● Task details
Once the line with "v -51.023 0 12.491" is found in the data, output it and each following line exactly, up to and including the line with "v -47.119 0 25.147", and nothing before or after.

━━━━━ Raw data ━━━━━

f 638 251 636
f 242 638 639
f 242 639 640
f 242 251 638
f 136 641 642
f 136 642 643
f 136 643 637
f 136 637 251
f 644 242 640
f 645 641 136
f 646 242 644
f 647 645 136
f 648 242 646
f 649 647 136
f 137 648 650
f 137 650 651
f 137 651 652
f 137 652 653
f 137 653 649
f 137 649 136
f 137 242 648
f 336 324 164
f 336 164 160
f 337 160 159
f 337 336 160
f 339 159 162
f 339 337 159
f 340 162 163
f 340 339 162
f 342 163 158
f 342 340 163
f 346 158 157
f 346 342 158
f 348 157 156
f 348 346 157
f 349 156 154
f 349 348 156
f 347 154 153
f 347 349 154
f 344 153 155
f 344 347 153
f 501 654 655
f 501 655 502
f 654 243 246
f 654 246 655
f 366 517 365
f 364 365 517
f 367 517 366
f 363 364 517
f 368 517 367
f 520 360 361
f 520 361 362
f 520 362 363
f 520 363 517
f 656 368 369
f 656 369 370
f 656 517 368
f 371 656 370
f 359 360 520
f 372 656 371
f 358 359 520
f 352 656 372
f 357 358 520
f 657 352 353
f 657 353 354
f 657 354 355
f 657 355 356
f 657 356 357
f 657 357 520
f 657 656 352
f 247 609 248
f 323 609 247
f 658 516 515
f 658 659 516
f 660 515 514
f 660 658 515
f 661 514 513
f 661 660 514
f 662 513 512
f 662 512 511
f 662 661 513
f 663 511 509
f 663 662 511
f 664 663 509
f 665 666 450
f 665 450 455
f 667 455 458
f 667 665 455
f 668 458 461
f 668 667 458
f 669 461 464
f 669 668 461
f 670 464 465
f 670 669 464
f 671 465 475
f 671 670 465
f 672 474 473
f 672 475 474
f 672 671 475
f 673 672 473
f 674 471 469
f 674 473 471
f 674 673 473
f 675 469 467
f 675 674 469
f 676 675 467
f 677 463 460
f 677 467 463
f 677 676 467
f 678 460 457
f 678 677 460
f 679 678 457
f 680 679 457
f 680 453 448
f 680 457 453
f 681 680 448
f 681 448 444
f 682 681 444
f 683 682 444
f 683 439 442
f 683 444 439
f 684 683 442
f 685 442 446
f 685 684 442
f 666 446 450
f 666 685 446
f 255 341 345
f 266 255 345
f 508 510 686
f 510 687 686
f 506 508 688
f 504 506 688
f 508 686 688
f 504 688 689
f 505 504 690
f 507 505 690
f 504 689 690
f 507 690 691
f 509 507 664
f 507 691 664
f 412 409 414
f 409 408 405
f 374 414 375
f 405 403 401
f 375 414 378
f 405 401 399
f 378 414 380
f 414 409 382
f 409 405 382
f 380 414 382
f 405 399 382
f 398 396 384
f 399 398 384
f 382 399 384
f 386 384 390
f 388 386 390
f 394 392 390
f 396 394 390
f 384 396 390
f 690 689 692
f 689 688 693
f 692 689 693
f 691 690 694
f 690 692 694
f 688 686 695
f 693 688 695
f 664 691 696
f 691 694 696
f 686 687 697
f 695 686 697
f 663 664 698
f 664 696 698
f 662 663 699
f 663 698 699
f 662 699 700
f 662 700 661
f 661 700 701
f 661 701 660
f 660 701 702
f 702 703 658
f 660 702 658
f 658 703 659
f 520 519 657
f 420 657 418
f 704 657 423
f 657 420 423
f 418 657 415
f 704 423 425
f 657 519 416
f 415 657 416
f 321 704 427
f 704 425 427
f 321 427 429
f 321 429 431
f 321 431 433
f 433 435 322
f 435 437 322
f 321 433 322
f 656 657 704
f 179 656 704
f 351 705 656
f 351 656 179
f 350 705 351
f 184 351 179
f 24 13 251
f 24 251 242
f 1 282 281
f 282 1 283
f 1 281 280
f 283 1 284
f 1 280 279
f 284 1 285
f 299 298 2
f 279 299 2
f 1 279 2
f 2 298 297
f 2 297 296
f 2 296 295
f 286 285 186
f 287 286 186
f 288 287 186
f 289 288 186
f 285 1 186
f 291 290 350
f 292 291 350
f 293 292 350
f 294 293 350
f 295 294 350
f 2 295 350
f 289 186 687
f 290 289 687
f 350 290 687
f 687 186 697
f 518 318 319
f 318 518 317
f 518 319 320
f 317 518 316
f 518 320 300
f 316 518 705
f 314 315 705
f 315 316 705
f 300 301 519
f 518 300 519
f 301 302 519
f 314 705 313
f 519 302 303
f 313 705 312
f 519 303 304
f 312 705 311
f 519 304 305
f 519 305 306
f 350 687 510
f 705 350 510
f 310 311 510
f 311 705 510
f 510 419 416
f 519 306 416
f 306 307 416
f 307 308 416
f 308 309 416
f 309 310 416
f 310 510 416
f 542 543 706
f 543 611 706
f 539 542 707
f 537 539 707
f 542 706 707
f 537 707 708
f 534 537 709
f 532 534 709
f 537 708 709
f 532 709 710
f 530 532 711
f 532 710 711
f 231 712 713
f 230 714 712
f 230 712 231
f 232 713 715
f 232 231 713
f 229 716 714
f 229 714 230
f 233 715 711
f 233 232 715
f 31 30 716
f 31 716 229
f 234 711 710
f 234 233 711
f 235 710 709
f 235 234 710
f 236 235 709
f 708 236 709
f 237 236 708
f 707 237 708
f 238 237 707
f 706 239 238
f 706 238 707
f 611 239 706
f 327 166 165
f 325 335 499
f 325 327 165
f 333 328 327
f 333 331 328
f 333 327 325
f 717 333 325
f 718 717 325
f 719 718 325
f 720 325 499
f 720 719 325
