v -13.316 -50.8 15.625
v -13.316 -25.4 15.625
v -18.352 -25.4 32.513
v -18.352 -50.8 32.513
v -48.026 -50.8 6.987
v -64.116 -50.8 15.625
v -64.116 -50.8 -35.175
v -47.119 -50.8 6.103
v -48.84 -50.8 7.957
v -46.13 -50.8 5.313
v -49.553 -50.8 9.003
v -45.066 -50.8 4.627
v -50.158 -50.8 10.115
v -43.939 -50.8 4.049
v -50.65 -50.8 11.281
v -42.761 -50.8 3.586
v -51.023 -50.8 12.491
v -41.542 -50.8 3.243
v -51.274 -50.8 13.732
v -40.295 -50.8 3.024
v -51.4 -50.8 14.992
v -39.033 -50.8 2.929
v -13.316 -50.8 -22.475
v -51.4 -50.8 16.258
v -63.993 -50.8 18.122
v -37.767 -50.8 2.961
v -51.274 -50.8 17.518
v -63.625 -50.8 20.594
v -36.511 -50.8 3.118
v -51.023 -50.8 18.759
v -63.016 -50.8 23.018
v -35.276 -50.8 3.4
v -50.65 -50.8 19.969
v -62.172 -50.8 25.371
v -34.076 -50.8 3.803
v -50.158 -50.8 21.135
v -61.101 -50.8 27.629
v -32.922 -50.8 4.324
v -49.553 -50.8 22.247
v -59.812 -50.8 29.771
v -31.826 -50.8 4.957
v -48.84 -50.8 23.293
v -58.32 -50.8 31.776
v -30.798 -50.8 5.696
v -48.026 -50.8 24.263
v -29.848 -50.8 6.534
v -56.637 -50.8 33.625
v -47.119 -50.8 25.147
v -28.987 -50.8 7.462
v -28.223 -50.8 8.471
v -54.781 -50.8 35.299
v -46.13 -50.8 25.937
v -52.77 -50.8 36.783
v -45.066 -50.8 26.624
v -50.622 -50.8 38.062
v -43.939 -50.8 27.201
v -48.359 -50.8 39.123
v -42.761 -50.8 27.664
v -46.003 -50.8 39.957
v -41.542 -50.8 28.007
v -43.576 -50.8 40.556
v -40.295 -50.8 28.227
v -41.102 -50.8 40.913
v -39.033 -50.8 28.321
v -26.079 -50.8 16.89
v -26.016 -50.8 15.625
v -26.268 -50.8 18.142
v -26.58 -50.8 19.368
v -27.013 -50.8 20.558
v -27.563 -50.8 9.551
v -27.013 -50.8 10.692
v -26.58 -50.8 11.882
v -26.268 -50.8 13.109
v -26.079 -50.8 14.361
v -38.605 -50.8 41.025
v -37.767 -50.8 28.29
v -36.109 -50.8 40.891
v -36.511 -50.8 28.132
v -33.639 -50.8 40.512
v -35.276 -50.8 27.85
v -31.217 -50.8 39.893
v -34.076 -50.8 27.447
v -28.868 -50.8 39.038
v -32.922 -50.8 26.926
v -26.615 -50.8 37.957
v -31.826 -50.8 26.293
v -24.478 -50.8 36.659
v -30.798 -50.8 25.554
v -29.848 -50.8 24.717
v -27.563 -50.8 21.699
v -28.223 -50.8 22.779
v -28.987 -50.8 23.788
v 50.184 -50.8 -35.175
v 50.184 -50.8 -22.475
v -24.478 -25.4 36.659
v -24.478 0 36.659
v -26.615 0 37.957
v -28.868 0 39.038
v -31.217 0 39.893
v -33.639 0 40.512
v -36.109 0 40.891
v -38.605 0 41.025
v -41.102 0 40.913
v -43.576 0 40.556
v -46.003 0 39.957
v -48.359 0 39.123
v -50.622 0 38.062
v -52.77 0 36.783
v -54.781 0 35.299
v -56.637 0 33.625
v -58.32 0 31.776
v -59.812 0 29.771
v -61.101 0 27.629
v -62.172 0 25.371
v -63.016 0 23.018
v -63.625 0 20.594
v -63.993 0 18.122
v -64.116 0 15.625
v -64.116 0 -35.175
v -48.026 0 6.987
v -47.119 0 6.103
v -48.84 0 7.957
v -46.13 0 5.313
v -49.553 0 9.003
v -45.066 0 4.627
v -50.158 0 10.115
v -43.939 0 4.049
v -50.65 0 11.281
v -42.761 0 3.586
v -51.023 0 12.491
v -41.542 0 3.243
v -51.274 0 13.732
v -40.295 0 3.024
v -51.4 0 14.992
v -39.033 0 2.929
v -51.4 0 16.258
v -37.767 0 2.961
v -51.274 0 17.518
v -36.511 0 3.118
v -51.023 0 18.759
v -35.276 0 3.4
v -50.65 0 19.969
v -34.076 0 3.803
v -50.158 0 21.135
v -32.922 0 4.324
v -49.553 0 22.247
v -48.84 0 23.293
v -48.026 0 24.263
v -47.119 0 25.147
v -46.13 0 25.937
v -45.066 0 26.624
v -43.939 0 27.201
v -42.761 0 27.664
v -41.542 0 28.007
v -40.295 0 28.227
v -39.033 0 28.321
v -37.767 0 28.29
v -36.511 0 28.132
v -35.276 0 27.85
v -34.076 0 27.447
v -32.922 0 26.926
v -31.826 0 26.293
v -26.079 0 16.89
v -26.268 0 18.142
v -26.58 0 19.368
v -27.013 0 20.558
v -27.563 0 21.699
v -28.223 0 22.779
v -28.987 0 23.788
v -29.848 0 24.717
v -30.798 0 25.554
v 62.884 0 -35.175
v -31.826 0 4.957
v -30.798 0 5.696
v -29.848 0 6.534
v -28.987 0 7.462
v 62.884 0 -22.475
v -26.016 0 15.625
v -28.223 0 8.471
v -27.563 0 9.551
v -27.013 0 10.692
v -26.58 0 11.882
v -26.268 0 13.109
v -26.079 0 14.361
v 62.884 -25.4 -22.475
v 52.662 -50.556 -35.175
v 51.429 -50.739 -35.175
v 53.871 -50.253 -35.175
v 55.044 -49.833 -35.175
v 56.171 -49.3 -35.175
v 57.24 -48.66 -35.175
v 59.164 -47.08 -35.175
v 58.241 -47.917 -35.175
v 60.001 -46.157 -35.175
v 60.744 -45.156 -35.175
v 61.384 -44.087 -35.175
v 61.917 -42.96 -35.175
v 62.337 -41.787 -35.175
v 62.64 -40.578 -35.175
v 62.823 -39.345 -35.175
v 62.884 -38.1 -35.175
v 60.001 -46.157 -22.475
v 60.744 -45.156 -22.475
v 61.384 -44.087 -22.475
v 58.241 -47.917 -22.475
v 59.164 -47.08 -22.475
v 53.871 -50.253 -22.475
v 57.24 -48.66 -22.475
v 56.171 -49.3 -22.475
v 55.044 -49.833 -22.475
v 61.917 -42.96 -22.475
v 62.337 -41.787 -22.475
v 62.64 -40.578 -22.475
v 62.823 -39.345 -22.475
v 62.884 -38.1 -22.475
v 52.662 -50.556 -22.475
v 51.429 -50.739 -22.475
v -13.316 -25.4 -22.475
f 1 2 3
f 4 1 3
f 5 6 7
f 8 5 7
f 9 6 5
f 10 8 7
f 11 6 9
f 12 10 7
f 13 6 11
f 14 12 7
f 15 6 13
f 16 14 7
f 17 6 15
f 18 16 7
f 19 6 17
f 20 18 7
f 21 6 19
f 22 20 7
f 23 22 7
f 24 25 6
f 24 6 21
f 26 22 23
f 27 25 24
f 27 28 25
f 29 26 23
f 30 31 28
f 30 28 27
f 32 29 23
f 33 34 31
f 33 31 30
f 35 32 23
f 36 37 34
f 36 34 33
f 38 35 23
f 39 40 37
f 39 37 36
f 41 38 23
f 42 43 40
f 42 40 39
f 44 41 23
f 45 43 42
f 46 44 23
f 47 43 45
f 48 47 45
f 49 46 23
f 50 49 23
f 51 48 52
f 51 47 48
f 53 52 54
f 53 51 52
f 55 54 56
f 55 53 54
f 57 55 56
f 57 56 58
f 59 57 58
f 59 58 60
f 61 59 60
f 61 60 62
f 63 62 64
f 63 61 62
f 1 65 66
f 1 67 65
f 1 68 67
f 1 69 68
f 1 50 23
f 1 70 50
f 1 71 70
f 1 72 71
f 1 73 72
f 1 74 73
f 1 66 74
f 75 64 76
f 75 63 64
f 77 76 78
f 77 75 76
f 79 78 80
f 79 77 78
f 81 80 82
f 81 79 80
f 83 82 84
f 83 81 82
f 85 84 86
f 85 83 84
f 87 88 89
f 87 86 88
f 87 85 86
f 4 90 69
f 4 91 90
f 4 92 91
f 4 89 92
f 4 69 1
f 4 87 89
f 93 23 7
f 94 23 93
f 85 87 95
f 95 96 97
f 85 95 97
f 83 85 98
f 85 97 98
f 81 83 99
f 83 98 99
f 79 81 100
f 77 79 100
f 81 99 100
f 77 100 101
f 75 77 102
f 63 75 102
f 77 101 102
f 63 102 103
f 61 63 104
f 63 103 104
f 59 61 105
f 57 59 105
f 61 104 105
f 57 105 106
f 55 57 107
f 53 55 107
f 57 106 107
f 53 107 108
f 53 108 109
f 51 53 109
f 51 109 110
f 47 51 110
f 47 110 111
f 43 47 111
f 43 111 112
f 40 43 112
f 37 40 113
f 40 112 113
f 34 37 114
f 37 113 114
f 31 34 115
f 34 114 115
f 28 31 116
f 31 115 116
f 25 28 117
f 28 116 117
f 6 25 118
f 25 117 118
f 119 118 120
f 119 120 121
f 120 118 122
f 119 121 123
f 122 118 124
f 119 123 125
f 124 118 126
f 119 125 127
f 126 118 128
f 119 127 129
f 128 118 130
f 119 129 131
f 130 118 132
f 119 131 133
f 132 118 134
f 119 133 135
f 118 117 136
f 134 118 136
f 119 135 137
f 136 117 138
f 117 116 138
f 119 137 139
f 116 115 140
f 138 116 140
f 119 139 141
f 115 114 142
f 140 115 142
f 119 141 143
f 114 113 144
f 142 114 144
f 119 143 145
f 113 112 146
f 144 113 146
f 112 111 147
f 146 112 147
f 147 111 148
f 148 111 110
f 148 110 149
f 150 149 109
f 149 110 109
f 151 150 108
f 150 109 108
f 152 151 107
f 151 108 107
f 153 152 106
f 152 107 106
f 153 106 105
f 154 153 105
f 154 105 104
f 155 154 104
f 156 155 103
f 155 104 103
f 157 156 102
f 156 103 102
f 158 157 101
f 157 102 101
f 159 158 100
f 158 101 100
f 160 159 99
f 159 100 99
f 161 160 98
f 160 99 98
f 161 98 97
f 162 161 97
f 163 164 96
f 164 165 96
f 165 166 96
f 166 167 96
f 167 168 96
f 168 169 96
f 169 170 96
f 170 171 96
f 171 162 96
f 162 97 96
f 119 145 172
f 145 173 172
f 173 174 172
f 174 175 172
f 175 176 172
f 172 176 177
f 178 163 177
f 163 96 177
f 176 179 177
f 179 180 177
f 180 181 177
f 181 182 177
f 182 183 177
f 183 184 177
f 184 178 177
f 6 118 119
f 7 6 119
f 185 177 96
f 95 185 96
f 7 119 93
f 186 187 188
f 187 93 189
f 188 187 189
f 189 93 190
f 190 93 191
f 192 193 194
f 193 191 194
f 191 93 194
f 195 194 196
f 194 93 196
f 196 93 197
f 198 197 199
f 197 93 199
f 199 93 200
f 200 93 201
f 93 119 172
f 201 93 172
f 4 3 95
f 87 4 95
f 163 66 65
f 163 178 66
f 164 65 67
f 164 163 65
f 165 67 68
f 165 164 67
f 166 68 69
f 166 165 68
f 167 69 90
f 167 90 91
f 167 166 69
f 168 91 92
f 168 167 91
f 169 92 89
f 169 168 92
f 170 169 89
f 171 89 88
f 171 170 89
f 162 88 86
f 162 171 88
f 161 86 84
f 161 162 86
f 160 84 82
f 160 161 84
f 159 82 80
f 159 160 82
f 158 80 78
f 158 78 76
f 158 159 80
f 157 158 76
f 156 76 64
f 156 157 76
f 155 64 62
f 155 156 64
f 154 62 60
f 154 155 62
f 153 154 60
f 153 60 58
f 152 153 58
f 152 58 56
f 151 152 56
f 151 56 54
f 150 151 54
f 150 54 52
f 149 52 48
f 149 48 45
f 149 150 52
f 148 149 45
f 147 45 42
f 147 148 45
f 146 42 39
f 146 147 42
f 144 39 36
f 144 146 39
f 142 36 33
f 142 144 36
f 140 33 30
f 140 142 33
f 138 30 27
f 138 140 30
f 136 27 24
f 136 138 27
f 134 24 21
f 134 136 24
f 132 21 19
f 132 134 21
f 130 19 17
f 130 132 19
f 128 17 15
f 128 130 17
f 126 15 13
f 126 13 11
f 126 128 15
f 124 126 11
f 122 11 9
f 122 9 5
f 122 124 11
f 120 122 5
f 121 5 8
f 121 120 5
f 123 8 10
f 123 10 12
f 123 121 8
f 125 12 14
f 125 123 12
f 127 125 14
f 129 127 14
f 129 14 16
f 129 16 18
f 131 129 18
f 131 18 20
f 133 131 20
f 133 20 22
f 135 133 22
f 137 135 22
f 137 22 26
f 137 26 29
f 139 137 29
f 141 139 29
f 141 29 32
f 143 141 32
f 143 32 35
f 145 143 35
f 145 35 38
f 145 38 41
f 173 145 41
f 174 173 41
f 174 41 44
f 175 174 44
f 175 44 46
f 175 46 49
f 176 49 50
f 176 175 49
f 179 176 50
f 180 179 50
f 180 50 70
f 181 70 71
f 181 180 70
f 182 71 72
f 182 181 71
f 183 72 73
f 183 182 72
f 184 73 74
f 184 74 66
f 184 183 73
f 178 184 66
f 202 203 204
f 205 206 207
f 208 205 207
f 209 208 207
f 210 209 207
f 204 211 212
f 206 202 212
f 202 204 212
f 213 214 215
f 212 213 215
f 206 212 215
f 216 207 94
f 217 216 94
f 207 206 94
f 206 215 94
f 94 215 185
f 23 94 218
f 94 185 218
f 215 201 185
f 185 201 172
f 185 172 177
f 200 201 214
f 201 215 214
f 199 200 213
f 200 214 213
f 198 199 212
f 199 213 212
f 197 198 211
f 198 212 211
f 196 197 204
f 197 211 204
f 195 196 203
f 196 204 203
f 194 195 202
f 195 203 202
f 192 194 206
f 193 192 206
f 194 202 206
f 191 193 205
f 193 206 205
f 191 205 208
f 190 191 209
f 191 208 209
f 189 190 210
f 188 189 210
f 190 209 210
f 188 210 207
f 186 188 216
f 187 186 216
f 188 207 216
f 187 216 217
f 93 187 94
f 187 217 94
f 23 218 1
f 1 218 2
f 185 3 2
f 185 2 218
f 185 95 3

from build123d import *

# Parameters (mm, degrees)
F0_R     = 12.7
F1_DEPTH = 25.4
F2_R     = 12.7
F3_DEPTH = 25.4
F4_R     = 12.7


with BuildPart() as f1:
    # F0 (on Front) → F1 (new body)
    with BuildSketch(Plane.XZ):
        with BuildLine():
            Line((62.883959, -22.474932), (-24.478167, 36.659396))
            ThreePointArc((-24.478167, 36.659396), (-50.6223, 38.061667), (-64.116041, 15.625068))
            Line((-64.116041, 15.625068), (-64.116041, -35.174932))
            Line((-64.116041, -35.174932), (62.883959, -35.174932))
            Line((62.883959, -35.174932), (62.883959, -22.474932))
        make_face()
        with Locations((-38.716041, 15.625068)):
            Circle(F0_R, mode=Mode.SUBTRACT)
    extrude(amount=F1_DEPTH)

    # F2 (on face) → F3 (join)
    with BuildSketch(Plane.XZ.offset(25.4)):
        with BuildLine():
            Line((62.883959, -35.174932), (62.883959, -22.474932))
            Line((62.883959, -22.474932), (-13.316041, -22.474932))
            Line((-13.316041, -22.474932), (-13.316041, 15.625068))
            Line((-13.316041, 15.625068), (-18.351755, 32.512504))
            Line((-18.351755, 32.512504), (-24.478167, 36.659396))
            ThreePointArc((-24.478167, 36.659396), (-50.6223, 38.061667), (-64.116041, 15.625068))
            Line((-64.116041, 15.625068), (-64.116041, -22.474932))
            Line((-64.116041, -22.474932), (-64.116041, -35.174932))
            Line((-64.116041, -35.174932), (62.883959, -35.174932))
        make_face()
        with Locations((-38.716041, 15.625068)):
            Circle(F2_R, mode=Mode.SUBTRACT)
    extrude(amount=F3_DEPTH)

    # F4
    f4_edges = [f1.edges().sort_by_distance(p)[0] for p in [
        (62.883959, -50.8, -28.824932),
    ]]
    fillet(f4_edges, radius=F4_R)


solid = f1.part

━━━━━

● Output for this exercise
v -51.023 0 12.491
v -41.542 0 3.243
v -51.274 0 13.732
v -40.295 0 3.024
v -51.4 0 14.992
v -39.033 0 2.929
v -51.4 0 16.258
v -37.767 0 2.961
v -51.274 0 17.518
v -36.511 0 3.118
v -51.023 0 18.759
v -35.276 0 3.4
v -50.65 0 19.969
v -34.076 0 3.803
v -50.158 0 21.135
v -32.922 0 4.324
v -49.553 0 22.247
v -48.84 0 23.293
v -48.026 0 24.263
v -47.119 0 25.147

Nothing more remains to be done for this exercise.